Find the string "intersection" in the listing and report every line that has it.

Data for this task:
Content starts
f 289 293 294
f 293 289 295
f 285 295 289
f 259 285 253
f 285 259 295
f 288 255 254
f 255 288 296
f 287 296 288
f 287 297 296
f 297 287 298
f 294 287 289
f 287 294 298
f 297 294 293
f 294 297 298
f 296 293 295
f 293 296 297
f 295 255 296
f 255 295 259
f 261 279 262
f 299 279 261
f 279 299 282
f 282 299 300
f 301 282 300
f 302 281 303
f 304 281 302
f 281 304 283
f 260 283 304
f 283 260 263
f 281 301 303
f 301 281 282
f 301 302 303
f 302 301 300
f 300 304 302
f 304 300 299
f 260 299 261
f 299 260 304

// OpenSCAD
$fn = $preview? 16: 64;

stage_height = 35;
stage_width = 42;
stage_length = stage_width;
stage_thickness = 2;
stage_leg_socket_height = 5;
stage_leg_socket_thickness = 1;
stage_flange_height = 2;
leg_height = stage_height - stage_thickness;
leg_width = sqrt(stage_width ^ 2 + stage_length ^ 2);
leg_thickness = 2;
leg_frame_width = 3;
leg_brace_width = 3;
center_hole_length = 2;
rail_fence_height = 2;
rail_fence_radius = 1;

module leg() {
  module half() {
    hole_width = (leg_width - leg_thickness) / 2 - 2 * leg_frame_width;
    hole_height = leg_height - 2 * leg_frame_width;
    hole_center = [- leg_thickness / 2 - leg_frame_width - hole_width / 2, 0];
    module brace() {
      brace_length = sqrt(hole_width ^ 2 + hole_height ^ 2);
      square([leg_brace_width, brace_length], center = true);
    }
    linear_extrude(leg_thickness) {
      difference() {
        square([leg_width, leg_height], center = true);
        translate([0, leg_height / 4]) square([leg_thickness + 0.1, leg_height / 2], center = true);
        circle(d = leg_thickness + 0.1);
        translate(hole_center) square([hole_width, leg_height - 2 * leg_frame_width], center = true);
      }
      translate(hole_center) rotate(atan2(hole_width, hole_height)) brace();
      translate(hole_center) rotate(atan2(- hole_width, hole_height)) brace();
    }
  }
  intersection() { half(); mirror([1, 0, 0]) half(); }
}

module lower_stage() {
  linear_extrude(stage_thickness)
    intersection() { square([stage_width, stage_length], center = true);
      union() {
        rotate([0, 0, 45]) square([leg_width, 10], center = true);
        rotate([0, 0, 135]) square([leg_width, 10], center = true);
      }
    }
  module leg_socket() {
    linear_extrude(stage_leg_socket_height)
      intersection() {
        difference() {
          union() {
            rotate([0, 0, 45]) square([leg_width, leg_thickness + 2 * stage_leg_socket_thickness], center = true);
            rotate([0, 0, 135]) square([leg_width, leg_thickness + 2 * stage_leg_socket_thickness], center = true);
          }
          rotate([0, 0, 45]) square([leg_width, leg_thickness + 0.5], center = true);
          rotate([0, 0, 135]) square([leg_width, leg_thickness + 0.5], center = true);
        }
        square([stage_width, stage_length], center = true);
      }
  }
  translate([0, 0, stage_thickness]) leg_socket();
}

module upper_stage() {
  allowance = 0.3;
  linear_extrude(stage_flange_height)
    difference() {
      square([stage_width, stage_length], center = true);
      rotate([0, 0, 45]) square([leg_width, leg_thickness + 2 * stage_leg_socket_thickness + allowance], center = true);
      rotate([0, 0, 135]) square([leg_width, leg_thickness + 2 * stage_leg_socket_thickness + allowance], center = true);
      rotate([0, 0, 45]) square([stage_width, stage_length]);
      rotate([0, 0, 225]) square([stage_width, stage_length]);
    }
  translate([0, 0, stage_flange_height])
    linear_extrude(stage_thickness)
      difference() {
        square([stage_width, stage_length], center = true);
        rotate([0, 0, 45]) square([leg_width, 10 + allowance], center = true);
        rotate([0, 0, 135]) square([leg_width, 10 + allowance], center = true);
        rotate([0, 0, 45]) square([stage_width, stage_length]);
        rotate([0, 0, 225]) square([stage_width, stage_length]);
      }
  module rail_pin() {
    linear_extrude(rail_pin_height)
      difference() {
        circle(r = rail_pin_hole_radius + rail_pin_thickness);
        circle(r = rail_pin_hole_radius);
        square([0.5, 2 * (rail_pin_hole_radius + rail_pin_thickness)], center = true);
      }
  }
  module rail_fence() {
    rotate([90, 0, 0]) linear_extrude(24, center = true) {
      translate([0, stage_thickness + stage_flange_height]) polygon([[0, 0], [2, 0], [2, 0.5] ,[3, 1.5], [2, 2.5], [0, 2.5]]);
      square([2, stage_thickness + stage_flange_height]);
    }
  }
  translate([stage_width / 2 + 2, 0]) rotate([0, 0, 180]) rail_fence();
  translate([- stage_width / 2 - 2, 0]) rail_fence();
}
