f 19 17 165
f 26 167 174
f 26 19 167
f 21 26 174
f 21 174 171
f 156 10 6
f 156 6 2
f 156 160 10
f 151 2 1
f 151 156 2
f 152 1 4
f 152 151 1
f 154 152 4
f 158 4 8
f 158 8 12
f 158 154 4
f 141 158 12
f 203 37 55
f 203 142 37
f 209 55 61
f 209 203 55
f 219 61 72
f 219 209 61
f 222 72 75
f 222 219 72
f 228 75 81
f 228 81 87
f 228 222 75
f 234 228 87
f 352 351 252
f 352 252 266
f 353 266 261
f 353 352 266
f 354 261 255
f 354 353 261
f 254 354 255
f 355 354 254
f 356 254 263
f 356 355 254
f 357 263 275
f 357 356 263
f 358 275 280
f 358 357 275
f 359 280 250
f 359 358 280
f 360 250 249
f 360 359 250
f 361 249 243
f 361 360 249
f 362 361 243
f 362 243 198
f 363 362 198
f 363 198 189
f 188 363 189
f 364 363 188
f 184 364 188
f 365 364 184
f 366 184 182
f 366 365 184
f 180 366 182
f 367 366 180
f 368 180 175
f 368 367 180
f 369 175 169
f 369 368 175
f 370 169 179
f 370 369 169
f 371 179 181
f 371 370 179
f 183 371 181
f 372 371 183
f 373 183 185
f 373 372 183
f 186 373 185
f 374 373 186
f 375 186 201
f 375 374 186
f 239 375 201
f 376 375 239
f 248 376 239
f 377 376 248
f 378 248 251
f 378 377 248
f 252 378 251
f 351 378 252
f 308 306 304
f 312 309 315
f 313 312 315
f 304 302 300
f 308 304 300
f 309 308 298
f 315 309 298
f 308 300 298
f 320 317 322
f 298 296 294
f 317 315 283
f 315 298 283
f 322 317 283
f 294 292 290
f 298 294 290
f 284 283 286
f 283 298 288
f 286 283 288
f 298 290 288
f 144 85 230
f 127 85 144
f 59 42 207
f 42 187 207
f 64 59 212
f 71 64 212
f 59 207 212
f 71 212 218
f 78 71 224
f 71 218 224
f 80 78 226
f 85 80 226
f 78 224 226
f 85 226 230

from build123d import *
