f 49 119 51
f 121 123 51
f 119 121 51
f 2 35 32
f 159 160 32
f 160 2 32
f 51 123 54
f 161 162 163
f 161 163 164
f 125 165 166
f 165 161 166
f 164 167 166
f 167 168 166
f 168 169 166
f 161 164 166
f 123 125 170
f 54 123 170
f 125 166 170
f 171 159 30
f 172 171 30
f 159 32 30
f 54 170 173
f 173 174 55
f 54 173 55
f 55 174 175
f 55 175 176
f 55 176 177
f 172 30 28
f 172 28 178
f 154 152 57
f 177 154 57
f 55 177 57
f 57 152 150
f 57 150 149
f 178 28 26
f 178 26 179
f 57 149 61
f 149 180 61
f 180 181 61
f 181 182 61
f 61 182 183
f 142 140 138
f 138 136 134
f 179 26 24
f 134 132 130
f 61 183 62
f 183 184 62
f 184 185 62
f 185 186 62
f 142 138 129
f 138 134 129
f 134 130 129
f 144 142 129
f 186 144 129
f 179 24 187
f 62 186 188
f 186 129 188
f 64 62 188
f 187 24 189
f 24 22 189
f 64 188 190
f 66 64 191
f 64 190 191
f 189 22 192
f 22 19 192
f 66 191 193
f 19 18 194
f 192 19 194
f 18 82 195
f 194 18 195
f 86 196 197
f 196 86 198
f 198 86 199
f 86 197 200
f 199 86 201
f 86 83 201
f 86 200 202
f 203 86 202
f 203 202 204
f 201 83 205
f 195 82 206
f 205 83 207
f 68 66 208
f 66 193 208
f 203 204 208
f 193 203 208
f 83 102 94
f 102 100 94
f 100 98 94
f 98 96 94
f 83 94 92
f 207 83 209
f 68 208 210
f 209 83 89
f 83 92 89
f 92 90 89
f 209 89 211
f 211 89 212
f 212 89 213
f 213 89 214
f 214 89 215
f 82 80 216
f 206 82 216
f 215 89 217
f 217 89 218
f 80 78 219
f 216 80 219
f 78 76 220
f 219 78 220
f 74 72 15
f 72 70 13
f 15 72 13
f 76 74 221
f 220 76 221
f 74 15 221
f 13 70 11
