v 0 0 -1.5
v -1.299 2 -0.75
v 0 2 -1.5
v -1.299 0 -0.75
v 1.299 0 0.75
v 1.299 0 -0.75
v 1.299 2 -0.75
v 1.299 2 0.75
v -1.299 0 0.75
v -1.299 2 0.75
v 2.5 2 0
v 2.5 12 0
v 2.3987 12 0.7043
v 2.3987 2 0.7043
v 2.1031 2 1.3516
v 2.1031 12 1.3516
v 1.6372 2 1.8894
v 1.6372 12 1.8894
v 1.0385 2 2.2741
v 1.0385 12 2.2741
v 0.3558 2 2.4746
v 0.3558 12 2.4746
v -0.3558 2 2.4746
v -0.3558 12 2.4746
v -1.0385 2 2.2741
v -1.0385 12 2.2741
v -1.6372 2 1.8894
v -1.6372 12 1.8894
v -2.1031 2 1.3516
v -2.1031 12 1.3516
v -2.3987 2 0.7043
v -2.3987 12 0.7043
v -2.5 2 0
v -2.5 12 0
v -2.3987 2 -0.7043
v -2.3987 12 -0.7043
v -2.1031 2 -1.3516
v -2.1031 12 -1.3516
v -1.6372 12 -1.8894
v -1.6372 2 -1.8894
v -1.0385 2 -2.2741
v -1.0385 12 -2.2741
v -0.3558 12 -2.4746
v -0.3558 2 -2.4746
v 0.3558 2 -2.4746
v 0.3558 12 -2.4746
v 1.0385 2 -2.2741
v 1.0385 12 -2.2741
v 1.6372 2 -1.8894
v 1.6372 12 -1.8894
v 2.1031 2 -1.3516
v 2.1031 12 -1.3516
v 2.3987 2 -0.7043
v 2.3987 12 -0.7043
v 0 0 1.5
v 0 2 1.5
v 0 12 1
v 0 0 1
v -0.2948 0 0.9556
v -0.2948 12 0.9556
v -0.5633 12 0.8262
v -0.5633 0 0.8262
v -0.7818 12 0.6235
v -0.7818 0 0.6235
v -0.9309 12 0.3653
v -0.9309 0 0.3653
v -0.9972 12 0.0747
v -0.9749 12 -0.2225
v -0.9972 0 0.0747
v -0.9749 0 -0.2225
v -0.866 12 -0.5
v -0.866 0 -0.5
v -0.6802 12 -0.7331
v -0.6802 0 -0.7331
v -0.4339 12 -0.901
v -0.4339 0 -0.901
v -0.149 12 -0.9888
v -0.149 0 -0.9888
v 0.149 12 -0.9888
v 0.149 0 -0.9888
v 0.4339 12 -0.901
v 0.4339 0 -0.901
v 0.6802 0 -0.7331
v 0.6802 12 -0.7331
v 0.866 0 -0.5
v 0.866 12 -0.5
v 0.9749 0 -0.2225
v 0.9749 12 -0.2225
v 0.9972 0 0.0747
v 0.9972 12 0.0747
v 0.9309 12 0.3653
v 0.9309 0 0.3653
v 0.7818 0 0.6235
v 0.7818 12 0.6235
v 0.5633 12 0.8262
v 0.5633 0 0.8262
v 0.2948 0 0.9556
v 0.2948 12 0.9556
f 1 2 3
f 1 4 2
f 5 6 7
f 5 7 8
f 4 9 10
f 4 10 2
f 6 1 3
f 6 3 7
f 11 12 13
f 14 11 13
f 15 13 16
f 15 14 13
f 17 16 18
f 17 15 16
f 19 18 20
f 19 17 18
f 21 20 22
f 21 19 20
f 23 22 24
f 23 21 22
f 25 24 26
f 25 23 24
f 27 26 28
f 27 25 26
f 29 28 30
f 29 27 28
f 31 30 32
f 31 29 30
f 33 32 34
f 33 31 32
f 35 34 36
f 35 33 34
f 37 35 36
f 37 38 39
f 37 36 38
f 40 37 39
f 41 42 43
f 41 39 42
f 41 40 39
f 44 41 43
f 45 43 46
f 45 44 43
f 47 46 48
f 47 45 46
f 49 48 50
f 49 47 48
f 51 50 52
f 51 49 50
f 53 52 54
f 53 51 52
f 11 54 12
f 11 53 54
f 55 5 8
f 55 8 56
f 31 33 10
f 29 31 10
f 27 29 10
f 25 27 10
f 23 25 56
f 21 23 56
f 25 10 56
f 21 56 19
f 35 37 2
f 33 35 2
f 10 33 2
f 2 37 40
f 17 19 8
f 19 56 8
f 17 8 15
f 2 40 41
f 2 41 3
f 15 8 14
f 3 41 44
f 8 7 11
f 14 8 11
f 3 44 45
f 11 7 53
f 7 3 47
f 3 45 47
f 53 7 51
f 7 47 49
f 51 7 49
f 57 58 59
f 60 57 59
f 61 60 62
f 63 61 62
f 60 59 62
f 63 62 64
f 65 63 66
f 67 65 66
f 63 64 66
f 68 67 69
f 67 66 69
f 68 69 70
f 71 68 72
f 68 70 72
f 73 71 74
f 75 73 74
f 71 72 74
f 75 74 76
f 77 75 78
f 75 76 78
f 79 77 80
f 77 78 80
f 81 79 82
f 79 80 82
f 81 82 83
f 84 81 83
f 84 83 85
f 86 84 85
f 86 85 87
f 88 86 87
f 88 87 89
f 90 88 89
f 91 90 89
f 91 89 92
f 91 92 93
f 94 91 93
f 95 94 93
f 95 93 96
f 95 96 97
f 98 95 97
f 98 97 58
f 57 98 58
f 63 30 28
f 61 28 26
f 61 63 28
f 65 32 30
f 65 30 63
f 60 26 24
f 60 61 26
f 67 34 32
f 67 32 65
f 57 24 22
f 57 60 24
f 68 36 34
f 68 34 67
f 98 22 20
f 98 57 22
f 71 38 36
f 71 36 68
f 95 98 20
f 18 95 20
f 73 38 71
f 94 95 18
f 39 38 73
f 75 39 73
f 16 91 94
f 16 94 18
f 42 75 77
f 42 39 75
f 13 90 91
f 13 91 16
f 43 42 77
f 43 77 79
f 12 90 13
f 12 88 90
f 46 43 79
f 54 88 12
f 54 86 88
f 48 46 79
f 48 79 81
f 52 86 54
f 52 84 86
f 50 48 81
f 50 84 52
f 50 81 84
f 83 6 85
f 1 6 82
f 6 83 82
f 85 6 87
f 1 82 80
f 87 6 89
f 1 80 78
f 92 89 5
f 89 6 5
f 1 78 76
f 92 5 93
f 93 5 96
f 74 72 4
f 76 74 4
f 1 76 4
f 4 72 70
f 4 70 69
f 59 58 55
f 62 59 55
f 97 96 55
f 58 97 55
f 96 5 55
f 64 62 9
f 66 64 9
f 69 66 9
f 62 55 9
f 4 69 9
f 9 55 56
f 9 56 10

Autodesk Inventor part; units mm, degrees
ref_plane "YZ Plane" through (0, 0, 0) normal (1, 0, 0) x (0, 1, 0)
ref_plane "XZ Plane" through (0, 0, 0) normal (0, 1, 0) x (-1, 0, 0)
ref_plane "XY Plane" through (0, 0, 0) normal (0, 0, 1) x (1, 0, 0)
sketch "Sketch1" plane through (0, 0, 0) normal (0, 1, 0) x (-1, 0, 0)
  circle A0 centre (0, 0) radius 1.5 construction
  line L0 (0, -1.5) -> (-1.299, -0.75)
  line L1 (-1.299, -0.75) -> (-1.299, 0.75)
  line L2 (-1.299, 0.75) -> (0, 1.5)
  line L3 (0, 1.5) -> (1.299, 0.75)
  line L4 (1.299, 0.75) -> (1.299, -0.75)
  line L5 (1.299, -0.75) -> (0, -1.5)
  dimension "d0" = 3
extrude "Extrusion1" add sketch "Sketch1" along normal blind 2
sketch "Sketch2" plane through (0, 2, 0) normal (0, 1, 0) x (1, 0, 0)
  circle A0 centre (0, 0) radius 2.5
  dimension "d3" = 5
extrude "Extrusion2" add sketch "Sketch2" along normal blind 10
sketch "Sketch3" plane through (0, 12, 0) normal (0, 1, 0) x (1, 0, 0)
  circle A0 centre (0, 0) radius 2.5 projected
hole "Hole1" at (0, 12, 0) direction (0, -1, 0) diameter 2 end through all
properties part number "separator" material "PET Plastic"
Content ends
Answer to this task:
  intersection() { half(); mirror([1, 0, 0]) half(); }
    intersection() { square([stage_width, stage_length], center = true);
      intersection() {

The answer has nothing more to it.